To get the right link from the β€œsrcset” attribute I had to use split and get the third element from that split. So let’s walk through some of the different parts of the code. 

  def download_image(self, download_path, url, file_name):
      try:
          image_content = requests.get(url).content
          image_file = io.BytesIO(image_content)
          image = Image.open(image_file)
          path = download_path + file_name
          with open(path + '.jpg', 'wb') as f:
              image.save(f, 'JPEG')
      except Exception as e:
          print('FAILED -', e)

This function is what actually downloads and saves the images to my documents folder.

It is a function that uses the python Pillow package to save the picture as JPEG formatted images.

The parameters of the function:

  • download_path: where I want the image to be downloaded to.
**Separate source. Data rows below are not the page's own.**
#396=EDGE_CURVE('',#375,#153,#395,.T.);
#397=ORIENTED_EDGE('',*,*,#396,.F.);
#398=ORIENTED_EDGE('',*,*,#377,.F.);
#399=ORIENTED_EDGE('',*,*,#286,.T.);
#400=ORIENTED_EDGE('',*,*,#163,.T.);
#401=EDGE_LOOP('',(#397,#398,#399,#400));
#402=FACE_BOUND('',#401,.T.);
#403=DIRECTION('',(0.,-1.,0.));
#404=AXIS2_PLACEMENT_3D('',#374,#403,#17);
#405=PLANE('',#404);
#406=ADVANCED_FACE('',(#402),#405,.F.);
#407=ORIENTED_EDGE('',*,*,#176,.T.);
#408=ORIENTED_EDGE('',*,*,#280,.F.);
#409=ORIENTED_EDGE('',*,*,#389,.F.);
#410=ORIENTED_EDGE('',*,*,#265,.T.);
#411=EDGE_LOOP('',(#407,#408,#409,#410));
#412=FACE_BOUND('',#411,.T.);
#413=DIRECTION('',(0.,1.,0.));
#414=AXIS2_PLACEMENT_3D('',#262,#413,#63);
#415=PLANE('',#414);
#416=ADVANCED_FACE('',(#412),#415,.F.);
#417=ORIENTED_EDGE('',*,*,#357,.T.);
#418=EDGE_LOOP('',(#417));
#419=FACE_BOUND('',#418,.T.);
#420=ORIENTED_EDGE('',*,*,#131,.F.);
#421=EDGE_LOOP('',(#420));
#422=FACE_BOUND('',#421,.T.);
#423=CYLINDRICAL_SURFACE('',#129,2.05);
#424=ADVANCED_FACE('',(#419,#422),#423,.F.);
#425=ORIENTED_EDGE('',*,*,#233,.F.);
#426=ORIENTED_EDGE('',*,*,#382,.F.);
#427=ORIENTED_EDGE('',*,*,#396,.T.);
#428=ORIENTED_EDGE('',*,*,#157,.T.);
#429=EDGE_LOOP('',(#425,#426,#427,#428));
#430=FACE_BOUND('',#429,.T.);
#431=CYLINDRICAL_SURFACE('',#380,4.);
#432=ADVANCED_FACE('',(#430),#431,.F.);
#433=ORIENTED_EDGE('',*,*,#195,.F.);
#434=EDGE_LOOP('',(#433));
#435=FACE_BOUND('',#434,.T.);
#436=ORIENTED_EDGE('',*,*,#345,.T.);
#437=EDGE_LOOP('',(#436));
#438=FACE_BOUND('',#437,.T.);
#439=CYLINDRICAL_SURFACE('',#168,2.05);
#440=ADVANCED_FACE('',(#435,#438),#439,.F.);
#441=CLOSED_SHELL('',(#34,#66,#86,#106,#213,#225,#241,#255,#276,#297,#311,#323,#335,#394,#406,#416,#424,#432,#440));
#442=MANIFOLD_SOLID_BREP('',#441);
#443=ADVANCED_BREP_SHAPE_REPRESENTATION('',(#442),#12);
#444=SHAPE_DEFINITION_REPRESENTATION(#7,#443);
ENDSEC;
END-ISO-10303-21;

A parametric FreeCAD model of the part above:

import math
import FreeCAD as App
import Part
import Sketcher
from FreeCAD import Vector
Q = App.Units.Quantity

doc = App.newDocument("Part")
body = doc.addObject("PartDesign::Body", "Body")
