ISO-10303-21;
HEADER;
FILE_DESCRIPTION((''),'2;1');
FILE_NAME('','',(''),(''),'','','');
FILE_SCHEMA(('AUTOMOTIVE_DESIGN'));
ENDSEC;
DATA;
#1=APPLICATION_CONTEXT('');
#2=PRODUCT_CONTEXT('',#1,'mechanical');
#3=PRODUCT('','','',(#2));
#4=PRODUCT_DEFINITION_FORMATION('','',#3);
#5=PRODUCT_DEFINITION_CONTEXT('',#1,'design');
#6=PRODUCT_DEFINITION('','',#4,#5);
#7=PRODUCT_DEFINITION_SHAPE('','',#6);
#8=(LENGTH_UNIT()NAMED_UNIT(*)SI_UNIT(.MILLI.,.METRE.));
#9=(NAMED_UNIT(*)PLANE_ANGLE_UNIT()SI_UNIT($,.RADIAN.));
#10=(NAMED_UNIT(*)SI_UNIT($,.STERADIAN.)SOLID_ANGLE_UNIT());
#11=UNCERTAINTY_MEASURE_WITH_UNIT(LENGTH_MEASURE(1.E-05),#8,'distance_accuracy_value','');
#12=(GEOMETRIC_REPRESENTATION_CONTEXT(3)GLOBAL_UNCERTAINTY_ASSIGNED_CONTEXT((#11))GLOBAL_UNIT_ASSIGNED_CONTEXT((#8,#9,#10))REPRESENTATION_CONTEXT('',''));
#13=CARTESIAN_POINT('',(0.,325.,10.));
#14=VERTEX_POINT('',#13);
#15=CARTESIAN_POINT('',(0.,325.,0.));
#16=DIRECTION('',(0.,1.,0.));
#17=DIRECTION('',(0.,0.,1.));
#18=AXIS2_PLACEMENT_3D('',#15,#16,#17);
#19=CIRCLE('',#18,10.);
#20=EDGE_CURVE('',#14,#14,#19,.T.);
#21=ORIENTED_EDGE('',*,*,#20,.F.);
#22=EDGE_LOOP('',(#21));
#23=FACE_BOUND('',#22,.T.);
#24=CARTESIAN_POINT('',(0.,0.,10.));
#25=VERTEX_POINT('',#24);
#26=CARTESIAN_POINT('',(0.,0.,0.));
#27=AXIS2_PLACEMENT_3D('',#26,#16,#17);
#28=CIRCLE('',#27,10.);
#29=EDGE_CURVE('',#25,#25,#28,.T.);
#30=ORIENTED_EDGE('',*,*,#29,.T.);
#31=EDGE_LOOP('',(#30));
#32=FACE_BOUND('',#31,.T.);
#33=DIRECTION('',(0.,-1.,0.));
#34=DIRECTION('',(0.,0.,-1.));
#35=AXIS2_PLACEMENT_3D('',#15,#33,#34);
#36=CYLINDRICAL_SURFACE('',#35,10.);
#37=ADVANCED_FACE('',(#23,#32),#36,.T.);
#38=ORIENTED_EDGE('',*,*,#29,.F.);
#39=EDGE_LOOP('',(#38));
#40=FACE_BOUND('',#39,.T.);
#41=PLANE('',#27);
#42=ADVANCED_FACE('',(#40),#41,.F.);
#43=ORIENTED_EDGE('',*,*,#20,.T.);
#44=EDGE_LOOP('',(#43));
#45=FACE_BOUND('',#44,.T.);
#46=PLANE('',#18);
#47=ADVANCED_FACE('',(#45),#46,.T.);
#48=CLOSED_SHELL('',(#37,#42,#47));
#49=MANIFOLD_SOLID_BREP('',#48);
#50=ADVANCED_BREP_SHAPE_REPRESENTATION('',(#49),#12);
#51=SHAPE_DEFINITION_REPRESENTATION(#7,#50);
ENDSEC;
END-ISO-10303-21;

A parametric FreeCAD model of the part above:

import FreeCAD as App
import Part
import Sketcher
from FreeCAD import Vector
Q = App.Units.Quantity

doc = App.newDocument("Part")
params = doc.addObject("Spreadsheet::Sheet", "Params")
for row, (alias, value) in enumerate([
    ("sketch1_diameter", "20 mm"),
    ("pad1_length", "325 mm"),
], start=1):
    params.set(f"A{row}", alias)
    params.set(f"B{row}", "=" + value)
    params.setAlias(f"B{row}", alias)

body = doc.addObject("PartDesign::Body", "Body")

sketch1 = body.newObject("Sketcher::SketchObject", "Sketch")
sketch1.AttachmentSupport = (doc.getObject("XZ_Plane"), [""])
sketch1.MapMode = "FlatFace"
sketch1.addGeometry(Part.Circle(Vector(0, 0, 0), Vector(0, 0, 1), 10), False)
sketch1.addConstraint(Sketcher.Constraint("Coincident", 0, 3, -1, 1))
sketch1.addConstraint(Sketcher.Constraint("Diameter", 0, Q("20 mm")))
sketch1.setExpression("Constraints[1]", "Params.sketch1_diameter")
pad1 = body.newObject("PartDesign::Pad", "Pad")
pad1.Profile = sketch1
pad1.setExpression("Length", "Params.pad1_length")
pad1.Reversed = True

doc.recompute()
In my case I wanted to store them in a folder named β€œFinxter_books” in my documents folder.
  • url: the URL to the image
  • file_name: the name I want the saved image to have. 

The next lines will get the content of the image-URL, convert it to an image file, open that image file using Pillow, save it to a variable and lastly save the image to my specified path and with the name I want.

I used the β€œtitle” attribute from the img-element as the name of the saved images, I will show you below how that was extracted.    

def start_requests(self):
      yield SplashRequest(url=self.url, callback=self.parse)

def parse(self, response):
      download_path ='/Users/fredrikekengren/Documents/Finxter_books/'
      books = response.css('span.tve_image_frame')

      for book in books:
          if book.css('img::attr(srcset)').get():
              image_url =book.css('img::attr(srcset)').get().split()[2]
          else:
              image_url = book.css('img::attr(src)').get()
          name_of_book = book.css('img::attr(title)').get()
          self.download_image(download_path, image_url, name_of_book)

These two functions do web crawling.

  • The start_requests function yields a SplashRequest using the URL provided and a callback to the parse function. 
  • In the parse function I specify the download_path where I want the images saved. If you are going to reproduce this code, remember to change this bit to your own path.   

I select the books and loop through each of them to extract the image-URL and the name of the book from the β€œtitle” attribute of the img-element. I then pass that to the download_image function.

These Scrapped Images Are Now in Your Folder

From the shell, navigate to your scrapy project folder and execute the following command to run the spider. 

scrapy crawl book

Where β€œbook” is the name of my spider. You can set the name of your spider to whatever you want when writing the code for the spider.  

After the crawling is done my Finxter_books folder looks like this.

14 images, all of the book covers were retrieved so the spider did what it was supposed to do. They are all named by their titles, or I should say, they are named by the title of the img-element where I found the image URL since I know that the name of one of the books is not β€œcover_new”.  

Conclusion

So this guide has hopefully shown the power of splash, how to set it up and to collect information using it.

Now, I will say that I could have found the URLs to the images for this project only using scrapy since I found out that the β€œsrc” attribute of the img-element was not part of the dynamic content and could have been accessed without splash.

This is not always the case though. Some websites keep a lot of their content dynamic and can not be accessed without rendering javascript to load it, so if you were to stumble across one of those then splash should be your friend. 

I hope you enjoyed the guide and happy crawling.